TASK STATEMENT. When you reach the line containing "F7_DEPTH = 3.556" in the entries below, begin reproducing lines exactly, and stop once the line containing "Circle(F2_R_2)" is done.

Saved entries:
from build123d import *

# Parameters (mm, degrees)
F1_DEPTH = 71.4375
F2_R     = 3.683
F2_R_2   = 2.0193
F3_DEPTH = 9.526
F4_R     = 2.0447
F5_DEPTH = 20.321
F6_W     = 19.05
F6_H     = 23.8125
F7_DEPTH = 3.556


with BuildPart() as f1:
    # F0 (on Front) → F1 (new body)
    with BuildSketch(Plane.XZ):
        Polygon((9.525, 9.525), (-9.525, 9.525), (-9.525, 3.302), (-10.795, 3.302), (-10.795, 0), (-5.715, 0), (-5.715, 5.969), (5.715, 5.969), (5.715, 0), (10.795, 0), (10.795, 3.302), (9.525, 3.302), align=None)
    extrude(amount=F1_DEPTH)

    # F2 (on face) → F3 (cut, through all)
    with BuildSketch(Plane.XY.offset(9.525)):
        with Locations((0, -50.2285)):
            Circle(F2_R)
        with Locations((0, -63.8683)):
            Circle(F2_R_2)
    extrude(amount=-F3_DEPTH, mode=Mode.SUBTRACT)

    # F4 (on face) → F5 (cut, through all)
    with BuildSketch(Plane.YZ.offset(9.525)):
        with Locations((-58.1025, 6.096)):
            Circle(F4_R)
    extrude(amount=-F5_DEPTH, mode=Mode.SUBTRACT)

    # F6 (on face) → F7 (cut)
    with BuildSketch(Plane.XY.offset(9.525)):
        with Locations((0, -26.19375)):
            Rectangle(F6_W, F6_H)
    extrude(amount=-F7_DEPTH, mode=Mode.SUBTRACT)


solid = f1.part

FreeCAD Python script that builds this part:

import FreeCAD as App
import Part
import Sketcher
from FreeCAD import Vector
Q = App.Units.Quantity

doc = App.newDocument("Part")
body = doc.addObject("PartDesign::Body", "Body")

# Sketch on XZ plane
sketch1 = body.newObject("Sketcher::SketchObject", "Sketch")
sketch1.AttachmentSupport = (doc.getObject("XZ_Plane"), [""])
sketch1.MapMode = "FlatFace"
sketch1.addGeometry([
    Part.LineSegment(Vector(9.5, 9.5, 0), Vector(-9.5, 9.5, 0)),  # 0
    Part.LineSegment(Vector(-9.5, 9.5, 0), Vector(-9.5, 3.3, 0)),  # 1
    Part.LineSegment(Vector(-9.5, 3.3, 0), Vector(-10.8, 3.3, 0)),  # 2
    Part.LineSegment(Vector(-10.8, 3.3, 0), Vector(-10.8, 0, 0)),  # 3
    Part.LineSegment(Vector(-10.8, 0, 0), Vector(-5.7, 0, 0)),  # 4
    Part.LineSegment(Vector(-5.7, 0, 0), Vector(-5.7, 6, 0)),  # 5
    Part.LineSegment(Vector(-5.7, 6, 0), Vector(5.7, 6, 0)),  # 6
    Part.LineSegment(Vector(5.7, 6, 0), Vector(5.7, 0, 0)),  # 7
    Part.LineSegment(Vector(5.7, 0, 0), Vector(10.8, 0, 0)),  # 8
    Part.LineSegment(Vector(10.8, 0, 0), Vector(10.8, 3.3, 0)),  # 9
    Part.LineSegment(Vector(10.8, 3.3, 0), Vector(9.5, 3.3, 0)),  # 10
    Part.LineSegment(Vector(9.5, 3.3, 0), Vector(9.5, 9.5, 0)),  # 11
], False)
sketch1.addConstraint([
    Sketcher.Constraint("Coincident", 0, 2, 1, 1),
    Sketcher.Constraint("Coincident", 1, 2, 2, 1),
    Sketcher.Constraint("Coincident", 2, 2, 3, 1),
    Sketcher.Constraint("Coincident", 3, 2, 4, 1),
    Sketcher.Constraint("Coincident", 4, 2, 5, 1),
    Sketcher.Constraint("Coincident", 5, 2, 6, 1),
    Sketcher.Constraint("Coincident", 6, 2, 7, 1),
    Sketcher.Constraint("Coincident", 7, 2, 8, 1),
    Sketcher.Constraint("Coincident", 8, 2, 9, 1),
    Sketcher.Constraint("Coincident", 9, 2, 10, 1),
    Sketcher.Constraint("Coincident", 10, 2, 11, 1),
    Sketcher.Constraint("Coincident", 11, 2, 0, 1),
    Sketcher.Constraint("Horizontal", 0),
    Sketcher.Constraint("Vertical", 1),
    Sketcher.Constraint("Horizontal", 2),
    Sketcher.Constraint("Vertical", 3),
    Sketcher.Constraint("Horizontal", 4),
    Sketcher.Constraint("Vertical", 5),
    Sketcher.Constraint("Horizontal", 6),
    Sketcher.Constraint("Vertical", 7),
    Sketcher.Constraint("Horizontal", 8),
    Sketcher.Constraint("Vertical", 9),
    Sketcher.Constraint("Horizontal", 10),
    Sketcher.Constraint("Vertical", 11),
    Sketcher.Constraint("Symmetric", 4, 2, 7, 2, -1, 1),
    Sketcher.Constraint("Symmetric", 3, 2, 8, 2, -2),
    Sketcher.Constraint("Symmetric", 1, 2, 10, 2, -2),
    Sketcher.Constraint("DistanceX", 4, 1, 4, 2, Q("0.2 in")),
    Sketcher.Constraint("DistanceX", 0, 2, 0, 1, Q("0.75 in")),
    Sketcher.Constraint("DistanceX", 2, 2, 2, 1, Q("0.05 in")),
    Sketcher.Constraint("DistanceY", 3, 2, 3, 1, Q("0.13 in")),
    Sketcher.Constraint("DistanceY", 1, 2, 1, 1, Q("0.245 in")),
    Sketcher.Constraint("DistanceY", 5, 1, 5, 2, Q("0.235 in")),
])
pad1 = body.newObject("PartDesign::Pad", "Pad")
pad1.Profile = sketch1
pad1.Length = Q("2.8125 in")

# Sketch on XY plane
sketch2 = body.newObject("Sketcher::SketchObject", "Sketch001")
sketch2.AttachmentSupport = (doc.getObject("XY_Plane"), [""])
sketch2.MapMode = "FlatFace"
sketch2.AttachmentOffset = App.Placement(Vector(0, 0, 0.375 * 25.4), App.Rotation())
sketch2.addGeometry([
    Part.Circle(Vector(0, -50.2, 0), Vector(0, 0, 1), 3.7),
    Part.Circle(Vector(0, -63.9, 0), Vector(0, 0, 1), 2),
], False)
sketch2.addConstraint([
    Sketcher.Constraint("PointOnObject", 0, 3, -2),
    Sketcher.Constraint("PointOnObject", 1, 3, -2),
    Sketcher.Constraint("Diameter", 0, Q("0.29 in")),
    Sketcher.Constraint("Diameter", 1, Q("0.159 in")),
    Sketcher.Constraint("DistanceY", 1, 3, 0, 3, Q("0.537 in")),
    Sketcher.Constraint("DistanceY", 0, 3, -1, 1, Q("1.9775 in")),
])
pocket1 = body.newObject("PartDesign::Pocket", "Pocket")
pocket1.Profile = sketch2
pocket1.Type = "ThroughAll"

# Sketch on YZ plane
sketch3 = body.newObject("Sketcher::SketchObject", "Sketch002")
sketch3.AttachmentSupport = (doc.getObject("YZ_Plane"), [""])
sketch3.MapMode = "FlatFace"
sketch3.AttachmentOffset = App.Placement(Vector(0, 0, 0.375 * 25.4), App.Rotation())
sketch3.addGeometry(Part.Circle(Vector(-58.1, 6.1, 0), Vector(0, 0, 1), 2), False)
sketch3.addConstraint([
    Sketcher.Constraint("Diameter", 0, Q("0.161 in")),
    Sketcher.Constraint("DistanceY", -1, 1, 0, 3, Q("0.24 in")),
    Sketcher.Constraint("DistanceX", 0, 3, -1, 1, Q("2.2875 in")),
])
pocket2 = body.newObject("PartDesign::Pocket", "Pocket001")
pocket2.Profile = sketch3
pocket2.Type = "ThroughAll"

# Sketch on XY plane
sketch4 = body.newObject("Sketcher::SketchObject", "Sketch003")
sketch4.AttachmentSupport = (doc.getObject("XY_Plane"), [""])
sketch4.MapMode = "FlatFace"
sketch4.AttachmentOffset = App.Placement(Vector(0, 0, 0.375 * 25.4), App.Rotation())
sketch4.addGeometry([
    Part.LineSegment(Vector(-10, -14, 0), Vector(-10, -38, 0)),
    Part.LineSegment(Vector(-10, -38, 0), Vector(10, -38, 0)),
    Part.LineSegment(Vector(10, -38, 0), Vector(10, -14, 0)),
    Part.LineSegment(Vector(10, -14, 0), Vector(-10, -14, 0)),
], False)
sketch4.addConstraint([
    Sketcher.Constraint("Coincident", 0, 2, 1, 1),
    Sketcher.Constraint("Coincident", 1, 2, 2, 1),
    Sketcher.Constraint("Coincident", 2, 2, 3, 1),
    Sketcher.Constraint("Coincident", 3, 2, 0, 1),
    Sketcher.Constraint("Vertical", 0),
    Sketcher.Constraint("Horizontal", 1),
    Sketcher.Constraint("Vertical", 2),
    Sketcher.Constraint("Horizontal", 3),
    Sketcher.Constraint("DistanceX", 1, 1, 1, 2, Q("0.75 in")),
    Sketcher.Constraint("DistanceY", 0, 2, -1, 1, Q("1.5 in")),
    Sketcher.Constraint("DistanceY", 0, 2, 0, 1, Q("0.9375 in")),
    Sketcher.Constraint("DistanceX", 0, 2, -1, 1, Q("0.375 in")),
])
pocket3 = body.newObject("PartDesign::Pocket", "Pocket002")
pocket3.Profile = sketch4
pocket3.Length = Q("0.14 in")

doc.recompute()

EXERCISE RESULT.
F7_DEPTH = 3.556


with BuildPart() as f1:
    # F0 (on Front) → F1 (new body)
    with BuildSketch(Plane.XZ):
        Polygon((9.525, 9.525), (-9.525, 9.525), (-9.525, 3.302), (-10.795, 3.302), (-10.795, 0), (-5.715, 0), (-5.715, 5.969), (5.715, 5.969), (5.715, 0), (10.795, 0), (10.795, 3.302), (9.525, 3.302), align=None)
    extrude(amount=F1_DEPTH)

    # F2 (on face) → F3 (cut, through all)
    with BuildSketch(Plane.XY.offset(9.525)):
        with Locations((0, -50.2285)):
            Circle(F2_R)
        with Locations((0, -63.8683)):
            Circle(F2_R_2)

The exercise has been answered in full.